Farsang Csaba
St. Imre University Teaching Hospital, Tétényi u. 12-16, Budapest, 1115, Hungary,
Adv Ther. 2014 Mar;31(3):333-44. doi: 10.1007/s12325-014-0107-y. Epub 2014 Feb 20.
Hypertension and type 2 diabetes mellitus (T2DM) synergistically deteriorate the vascular environment, making blood pressure reduction challenging, and substantially increasing cardiovascular risk.
In the real-life, open-label, observational, PICASSO study, 9,257 hypertensive patients unsuccessfully treated with antihypertensives were switched to fixed-dose combination of perindopril 10 mg/indapamide 2.5 mg. In this subgroup analysis, we analyzed changes in blood pressure and laboratory parameters of 2,762 hypertensive patients with T2DM or pre-diabetes.

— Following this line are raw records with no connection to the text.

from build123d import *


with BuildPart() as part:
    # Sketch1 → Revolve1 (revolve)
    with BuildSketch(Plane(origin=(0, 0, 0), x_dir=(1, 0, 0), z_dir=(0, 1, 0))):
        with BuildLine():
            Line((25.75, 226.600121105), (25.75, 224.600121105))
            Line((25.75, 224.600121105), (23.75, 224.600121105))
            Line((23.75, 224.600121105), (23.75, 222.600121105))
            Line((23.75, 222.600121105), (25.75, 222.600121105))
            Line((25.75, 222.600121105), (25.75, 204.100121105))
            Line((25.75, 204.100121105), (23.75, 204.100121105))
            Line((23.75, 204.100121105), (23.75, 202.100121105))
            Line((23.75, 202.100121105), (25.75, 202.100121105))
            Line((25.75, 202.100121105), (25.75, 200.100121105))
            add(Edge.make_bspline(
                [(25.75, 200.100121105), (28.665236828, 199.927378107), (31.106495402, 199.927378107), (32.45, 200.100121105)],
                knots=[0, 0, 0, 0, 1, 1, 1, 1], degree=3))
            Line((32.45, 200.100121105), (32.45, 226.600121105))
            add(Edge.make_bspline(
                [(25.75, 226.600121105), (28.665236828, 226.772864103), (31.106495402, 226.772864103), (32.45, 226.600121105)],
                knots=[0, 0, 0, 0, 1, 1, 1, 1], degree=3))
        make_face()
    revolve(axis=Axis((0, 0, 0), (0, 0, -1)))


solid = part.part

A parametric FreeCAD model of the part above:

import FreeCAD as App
import Part
import Sketcher

V = App.Vector

doc = App.newDocument("Part")
params = doc.addObject("Spreadsheet::Sheet", "Params")
for row, (alias, value) in enumerate([
    ("sketch1_width", "2 mm"),
    ("sketch1_width2", "2 mm"),
    ("sketch1_width3", "2 mm"),
    ("sketch1_height", "2 mm"),
    ("sketch1_height2", "2 mm"),
    ("revolution_angle", "360 deg"),
], start=1):
    params.set(f"A{row}", alias)
    params.set(f"B{row}", "=" + value)
    params.setAlias(f"B{row}", alias)

body = doc.addObject("PartDesign::Body", "Body")

sketch1 = body.newObject("Sketcher::SketchObject", "Sketch")
sketch1.AttachmentSupport = (doc.getObject("XZ_Plane"), [""])
sketch1.MapMode = "FlatFace"
sketch1.addGeometry([
    Part.LineSegment(V(25.75, -226.600121, 0), V(25.75, -224.600121, 0)),
    Part.LineSegment(V(25.75, -224.600121, 0), V(23.75, -224.600121, 0)),
    Part.LineSegment(V(23.75, -224.600121, 0), V(23.75, -222.600121, 0)),
    Part.LineSegment(V(23.75, -222.600121, 0), V(25.75, -222.600121, 0)),
    Part.LineSegment(V(25.75, -222.600121, 0), V(25.75, -204.100121, 0)),
    Part.LineSegment(V(25.75, -204.100121, 0), V(23.75, -204.100121, 0)),
    Part.LineSegment(V(23.75, -204.100121, 0), V(23.75, -202.100121, 0)),
    Part.LineSegment(V(23.75, -202.100121, 0), V(25.75, -202.100121, 0)),
    Part.LineSegment(V(25.75, -202.100121, 0), V(25.75, -200.100121, 0)),
    Part.BSplineCurve([V(25.75, -200.100121, 0), V(28.665237, -199.927378, 0), V(31.106495, -199.927378, 0), V(32.45, -200.100121, 0)], [4, 4], [0, 1], False, 3, [1, 1, 1, 1], False),
    Part.LineSegment(V(32.45, -200.100121, 0), V(32.45, -226.600121, 0)),
    Part.BSplineCurve([V(25.75, -226.600121, 0), V(28.665237, -226.772864, 0), V(31.106495, -226.772864, 0), V(32.45, -226.600121, 0)], [4, 4], [0, 1], False, 3, [1, 1, 1, 1], False),
], False)
sketch1.addConstraint([
    Sketcher.Constraint("Block", 9),
    Sketcher.Constraint("Block", 11),
    Sketcher.Constraint("Coincident", 0, 2, 1, 1),
    Sketcher.Constraint("Coincident", 1, 2, 2, 1),
    Sketcher.Constraint("Coincident", 2, 2, 3, 1),
    Sketcher.Constraint("Coincident", 3, 2, 4, 1),
    Sketcher.Constraint("Coincident", 4, 2, 5, 1),
    Sketcher.Constraint("Coincident", 5, 2, 6, 1),
    Sketcher.Constraint("Coincident", 6, 2, 7, 1),
    Sketcher.Constraint("Coincident", 7, 2, 8, 1),
    Sketcher.Constraint("Coincident", 8, 2, 9, 1),
    Sketcher.Constraint("Coincident", 9, 2, 10, 1),
    Sketcher.Constraint("Coincident", 10, 2, 11, 2),
    Sketcher.Constraint("Coincident", 11, 1, 0, 1),
    Sketcher.Constraint("Vertical", 0),
    Sketcher.Constraint("Horizontal", 1),
    Sketcher.Constraint("Vertical", 2),
    Sketcher.Constraint("Horizontal", 3),
    Sketcher.Constraint("Vertical", 4),
    Sketcher.Constraint("Horizontal", 5),
    Sketcher.Constraint("Vertical", 6),
    Sketcher.Constraint("Horizontal", 7),
    Sketcher.Constraint("Vertical", 8),
    Sketcher.Constraint("DistanceX", 1, 2, 1, 1, 2.0),
    Sketcher.Constraint("DistanceX", 3, 1, 3, 2, 2.0),
    Sketcher.Constraint("DistanceX", 5, 2, 5, 1, 2.0),
    Sketcher.Constraint("DistanceY", 0, 1, 0, 2, 2.0),
    Sketcher.Constraint("DistanceY", 2, 1, 2, 2, 2.0),
    Sketcher.Constraint("DistanceY", 6, 1, 6, 2, 2.0),
    Sketcher.Constraint("DistanceY", 8, 1, 8, 2, 2.0),
])
sketch1.setExpression("Constraints[23]", "Params.sketch1_width")
sketch1.setExpression("Constraints[24]", "Params.sketch1_width2")
sketch1.setExpression("Constraints[25]", "Params.sketch1_width3")
sketch1.setExpression("Constraints[26]", "Params.sketch1_height")
sketch1.setExpression("Constraints[27]", "Params.sketch1_height2")
revolution = body.newObject("PartDesign::Revolution", "Revolution")
revolution.Profile = sketch1
revolution.ReferenceAxis = (sketch1, ["V_Axis"])
revolution.setExpression("Angle", "Params.revolution_angle")

doc.recompute()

After 3 months of treatment, significant decreases in office blood pressure were noted in the whole cohort (-27.0±14.8/-12.7±9.8 mmHg; p<0.001). Significant decreases were also recorded in patients with grade 1 hypertension (19.2±10.0/-9.4±7.9 mmHg), grade 2 (29.2±10.9/-13.3±8.7 mmHg) and grade 3 (-45.1±15.4/-21.5±11.2 mmHg). Significant decreases in ambulatory blood pressure were also noted (n=93). In patients previously treated with angiotensin-converting enzyme inhibitor±hydrochlorothiazide or angiotensin receptor blocker±hydrochlorothiazide, mean 24-h blood pressure decreased by 23.4±13.9/11.5±9.7 and 22.3±8.7/10.4±13.2 mmHg, respectively (p<0.001). Treatment was well tolerated and the switch to treatment with perindopril/indapamide was associated with improvements in laboratory parameters.
Data from this diabetes subgroup analysis suggest that fixed combination of perindopril 10 mg/indapamide 2.5 mg should be routinely considered for the treatment of hypertension in diabetic patients who are unsuccessfully managed with other antihypertensive medications.
高血压与2型糖尿病(T2DM)协同恶化血管环境,使血压降低具有挑战性,并大幅增加心血管风险。
在现实生活、开放标签、观察性的PICASSO研究中,9257例使用抗高血压药物治疗未成功的高血压患者改用培哚普利10毫克/吲达帕胺2.5毫克固定剂量复方制剂。在该亚组分析中,我们分析了2762例患有T2DM或糖尿病前期的高血压患者的血压和实验室参数变化。
治疗3个月后,整个队列的诊室血压显著下降(-27.0±14.8/-12.7±9.8毫米汞柱;p<0.001)。1级高血压患者(19.2±10.0/-9.4±7.9毫米汞柱)、2级高血压患者(29.2±10.9/-13.3±8.7毫米汞柱)和3级高血压患者(-45.1±15.4/-21.5±11.2毫米汞柱)的血压也显著下降。动态血压也显著下降(n=93)。在先前接受血管紧张素转换酶抑制剂±氢氯噻嗪或血管紧张素受体阻滞剂±氢氯噻嗪治疗的患者中,平均24小时血压分别下降23.4±13.9/11.5±9.7和22.3±8.7/10.4±13.2毫米汞柱(p<0.001)。治疗耐受性良好,改用培哚普利/吲达帕胺治疗与实验室参数改善相关。
该糖尿病亚组分析的数据表明,对于使用其他抗高血压药物治疗未成功的糖尿病患者,应常规考虑使用培哚普利10毫克/吲达帕胺2.5毫克固定复方制剂治疗高血压。